Stored data:
====================
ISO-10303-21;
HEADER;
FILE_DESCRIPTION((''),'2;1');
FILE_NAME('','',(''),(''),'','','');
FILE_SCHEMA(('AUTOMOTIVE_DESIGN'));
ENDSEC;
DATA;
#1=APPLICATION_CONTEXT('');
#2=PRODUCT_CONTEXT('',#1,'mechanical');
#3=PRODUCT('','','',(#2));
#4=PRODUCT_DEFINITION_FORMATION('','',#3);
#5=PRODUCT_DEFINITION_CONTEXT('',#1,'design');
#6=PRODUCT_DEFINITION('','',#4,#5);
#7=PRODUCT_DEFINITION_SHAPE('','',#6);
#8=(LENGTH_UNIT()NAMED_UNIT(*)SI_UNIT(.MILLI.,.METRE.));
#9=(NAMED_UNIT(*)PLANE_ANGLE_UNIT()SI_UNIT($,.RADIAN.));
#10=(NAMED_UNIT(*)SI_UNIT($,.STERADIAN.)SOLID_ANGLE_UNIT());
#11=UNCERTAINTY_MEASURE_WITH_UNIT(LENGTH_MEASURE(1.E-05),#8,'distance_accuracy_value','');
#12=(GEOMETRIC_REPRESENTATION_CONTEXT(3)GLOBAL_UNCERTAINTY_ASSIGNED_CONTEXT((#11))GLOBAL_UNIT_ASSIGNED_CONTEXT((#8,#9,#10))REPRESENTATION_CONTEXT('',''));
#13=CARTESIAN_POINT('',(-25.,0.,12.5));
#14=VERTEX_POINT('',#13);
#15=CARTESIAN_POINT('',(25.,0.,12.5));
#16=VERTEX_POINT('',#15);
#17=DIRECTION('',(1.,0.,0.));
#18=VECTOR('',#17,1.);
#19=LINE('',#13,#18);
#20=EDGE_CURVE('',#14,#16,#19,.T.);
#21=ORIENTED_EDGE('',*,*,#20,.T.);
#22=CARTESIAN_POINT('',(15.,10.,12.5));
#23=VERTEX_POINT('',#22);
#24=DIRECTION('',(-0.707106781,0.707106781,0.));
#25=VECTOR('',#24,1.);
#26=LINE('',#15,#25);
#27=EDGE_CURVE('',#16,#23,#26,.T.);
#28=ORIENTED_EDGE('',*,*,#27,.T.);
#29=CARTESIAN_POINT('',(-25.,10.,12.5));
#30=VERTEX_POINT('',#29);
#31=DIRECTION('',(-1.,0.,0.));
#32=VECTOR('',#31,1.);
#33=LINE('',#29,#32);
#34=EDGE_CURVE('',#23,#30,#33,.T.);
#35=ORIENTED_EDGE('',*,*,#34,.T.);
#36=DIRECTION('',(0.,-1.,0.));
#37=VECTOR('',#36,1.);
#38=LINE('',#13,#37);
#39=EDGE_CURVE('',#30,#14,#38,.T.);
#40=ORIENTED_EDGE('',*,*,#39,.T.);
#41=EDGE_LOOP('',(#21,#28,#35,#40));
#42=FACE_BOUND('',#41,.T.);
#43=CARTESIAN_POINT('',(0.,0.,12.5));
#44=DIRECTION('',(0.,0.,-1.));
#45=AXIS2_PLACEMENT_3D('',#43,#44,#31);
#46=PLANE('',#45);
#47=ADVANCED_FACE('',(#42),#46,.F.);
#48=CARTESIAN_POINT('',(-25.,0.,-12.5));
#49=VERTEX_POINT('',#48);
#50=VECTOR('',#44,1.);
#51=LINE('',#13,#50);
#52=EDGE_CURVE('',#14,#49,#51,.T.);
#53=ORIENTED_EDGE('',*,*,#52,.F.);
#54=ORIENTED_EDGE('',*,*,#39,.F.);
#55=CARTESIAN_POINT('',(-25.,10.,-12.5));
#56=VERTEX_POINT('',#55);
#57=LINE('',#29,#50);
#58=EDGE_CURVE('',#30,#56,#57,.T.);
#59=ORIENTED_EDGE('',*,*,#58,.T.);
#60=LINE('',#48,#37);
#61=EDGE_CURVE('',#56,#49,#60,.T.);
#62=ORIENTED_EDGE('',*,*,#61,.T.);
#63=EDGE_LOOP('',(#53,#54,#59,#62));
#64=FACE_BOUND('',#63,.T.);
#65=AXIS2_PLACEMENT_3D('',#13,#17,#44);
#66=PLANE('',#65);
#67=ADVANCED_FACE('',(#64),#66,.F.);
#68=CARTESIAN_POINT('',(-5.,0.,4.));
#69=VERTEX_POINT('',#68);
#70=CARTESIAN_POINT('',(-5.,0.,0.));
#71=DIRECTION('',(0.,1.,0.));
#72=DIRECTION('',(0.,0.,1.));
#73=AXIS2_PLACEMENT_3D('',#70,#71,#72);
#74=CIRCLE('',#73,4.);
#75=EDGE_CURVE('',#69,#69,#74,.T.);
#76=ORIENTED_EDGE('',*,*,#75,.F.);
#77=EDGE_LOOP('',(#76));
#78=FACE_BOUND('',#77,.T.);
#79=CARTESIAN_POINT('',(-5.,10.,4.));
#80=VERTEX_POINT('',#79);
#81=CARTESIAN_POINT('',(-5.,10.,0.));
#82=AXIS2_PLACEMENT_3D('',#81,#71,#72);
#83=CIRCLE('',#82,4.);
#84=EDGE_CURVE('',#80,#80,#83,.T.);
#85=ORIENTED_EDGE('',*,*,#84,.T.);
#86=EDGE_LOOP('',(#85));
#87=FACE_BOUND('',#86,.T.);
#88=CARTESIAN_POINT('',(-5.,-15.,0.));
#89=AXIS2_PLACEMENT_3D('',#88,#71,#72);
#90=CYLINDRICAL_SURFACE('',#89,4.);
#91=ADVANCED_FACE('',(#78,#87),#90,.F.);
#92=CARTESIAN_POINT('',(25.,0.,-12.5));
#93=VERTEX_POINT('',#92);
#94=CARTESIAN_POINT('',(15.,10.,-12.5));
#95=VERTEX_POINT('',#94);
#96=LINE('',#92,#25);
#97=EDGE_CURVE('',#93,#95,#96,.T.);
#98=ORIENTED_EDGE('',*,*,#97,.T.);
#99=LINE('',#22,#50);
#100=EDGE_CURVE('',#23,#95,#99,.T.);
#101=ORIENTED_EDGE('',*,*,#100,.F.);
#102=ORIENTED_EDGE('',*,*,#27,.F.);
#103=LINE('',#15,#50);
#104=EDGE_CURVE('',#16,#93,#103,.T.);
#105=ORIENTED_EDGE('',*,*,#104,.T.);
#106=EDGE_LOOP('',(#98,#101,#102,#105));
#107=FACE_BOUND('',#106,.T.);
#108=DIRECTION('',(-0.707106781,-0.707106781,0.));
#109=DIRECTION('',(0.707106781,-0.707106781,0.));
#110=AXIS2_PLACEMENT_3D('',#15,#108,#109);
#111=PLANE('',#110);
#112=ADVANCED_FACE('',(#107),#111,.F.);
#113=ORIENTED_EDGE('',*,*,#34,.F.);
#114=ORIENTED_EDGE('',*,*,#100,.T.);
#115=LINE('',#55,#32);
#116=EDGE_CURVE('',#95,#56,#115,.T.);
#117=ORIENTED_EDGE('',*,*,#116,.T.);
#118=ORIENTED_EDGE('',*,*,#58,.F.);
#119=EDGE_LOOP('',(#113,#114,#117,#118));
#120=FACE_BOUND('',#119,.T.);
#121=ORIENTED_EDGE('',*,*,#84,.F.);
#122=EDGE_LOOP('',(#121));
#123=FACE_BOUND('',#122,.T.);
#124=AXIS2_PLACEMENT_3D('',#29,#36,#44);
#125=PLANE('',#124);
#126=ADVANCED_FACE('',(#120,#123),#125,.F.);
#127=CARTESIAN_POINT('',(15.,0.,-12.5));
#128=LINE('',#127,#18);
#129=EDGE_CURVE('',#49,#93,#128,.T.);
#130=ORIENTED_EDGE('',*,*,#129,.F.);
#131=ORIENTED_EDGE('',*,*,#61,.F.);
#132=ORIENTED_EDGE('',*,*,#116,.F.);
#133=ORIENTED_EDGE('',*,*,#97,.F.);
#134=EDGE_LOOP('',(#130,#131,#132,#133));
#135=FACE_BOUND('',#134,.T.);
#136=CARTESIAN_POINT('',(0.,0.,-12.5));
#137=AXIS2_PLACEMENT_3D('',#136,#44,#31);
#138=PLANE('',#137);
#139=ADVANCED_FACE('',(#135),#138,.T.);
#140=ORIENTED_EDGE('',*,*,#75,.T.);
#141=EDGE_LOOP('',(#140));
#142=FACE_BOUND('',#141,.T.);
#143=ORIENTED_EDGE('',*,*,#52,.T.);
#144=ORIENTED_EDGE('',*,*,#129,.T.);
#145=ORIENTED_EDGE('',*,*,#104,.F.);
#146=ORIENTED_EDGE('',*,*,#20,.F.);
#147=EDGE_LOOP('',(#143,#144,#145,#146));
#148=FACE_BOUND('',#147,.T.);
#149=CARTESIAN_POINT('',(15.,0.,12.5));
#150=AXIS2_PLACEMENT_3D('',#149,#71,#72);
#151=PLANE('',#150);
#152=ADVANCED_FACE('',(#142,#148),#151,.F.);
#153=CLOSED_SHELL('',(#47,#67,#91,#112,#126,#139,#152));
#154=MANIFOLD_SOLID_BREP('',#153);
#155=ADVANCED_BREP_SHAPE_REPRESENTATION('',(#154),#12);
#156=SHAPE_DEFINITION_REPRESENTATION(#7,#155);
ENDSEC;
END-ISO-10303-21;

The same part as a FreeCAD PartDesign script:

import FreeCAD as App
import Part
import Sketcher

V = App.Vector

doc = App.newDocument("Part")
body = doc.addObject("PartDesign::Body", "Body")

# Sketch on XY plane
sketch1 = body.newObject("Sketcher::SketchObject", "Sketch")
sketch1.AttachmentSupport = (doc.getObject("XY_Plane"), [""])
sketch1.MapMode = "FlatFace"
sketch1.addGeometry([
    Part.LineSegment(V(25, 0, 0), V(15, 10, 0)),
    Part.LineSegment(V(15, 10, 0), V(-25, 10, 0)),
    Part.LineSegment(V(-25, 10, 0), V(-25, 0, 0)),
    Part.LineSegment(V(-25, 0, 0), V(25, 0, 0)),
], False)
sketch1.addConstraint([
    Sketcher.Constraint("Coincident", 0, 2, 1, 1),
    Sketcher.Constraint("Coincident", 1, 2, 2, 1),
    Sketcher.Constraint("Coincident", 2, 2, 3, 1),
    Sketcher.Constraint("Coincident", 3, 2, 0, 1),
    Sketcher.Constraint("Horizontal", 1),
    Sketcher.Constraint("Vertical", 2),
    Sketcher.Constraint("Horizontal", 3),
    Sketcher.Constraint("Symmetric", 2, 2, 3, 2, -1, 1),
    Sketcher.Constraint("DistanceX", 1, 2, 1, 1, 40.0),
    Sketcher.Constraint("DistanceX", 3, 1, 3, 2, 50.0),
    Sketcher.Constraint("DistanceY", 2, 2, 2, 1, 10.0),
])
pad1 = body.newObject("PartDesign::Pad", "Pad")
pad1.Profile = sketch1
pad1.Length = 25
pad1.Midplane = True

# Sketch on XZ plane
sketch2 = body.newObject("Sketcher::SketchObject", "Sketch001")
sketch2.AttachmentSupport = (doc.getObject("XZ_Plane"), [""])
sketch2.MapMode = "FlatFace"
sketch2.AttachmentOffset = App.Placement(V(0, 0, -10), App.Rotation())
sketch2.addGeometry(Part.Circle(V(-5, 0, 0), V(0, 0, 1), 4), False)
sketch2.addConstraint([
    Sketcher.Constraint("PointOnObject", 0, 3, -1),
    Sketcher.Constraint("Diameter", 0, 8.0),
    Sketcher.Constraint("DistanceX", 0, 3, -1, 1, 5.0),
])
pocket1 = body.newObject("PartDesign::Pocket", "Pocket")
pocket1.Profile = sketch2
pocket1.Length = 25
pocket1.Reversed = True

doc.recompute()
====================
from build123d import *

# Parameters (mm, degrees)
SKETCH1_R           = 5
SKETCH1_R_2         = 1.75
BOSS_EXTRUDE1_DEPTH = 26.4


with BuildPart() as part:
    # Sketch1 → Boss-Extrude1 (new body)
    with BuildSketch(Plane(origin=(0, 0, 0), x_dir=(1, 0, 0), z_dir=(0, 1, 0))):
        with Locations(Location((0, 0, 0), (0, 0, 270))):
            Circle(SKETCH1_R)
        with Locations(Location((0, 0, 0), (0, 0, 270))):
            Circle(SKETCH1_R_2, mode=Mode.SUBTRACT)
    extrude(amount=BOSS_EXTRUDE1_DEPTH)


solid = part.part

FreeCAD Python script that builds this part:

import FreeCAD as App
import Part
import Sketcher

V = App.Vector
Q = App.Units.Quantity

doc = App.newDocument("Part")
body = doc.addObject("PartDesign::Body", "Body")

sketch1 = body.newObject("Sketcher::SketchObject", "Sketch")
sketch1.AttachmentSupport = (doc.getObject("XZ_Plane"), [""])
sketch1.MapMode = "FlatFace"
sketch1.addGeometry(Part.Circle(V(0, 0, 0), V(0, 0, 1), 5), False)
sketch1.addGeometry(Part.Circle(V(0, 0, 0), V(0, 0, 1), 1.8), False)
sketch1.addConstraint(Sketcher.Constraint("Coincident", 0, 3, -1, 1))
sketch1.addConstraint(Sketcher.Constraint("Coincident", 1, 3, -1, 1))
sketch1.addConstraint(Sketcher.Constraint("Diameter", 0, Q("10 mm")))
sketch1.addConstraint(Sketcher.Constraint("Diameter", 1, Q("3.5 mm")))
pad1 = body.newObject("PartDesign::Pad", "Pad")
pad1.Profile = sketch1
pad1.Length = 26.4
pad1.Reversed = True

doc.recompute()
====================
Work request: Print, without alteration, only the lines above between the one holding "#96=LINE('',#92,#25);" and the one holding "#134=EDGE_LOOP('',(#130,#131,#132,#133));", inclusive.

Result:
#96=LINE('',#92,#25);
#97=EDGE_CURVE('',#93,#95,#96,.T.);
#98=ORIENTED_EDGE('',*,*,#97,.T.);
#99=LINE('',#22,#50);
#100=EDGE_CURVE('',#23,#95,#99,.T.);
#101=ORIENTED_EDGE('',*,*,#100,.F.);
#102=ORIENTED_EDGE('',*,*,#27,.F.);
#103=LINE('',#15,#50);
#104=EDGE_CURVE('',#16,#93,#103,.T.);
#105=ORIENTED_EDGE('',*,*,#104,.T.);
#106=EDGE_LOOP('',(#98,#101,#102,#105));
#107=FACE_BOUND('',#106,.T.);
#108=DIRECTION('',(-0.707106781,-0.707106781,0.));
#109=DIRECTION('',(0.707106781,-0.707106781,0.));
#110=AXIS2_PLACEMENT_3D('',#15,#108,#109);
#111=PLANE('',#110);
#112=ADVANCED_FACE('',(#107),#111,.F.);
#113=ORIENTED_EDGE('',*,*,#34,.F.);
#114=ORIENTED_EDGE('',*,*,#100,.T.);
#115=LINE('',#55,#32);
#116=EDGE_CURVE('',#95,#56,#115,.T.);
#117=ORIENTED_EDGE('',*,*,#116,.T.);
#118=ORIENTED_EDGE('',*,*,#58,.F.);
#119=EDGE_LOOP('',(#113,#114,#117,#118));
#120=FACE_BOUND('',#119,.T.);
#121=ORIENTED_EDGE('',*,*,#84,.F.);
#122=EDGE_LOOP('',(#121));
#123=FACE_BOUND('',#122,.T.);
#124=AXIS2_PLACEMENT_3D('',#29,#36,#44);
#125=PLANE('',#124);
#126=ADVANCED_FACE('',(#120,#123),#125,.F.);
#127=CARTESIAN_POINT('',(15.,0.,-12.5));
#128=LINE('',#127,#18);
#129=EDGE_CURVE('',#49,#93,#128,.T.);
#130=ORIENTED_EDGE('',*,*,#129,.F.);
#131=ORIENTED_EDGE('',*,*,#61,.F.);
#132=ORIENTED_EDGE('',*,*,#116,.F.);
#133=ORIENTED_EDGE('',*,*,#97,.F.);
#134=EDGE_LOOP('',(#130,#131,#132,#133));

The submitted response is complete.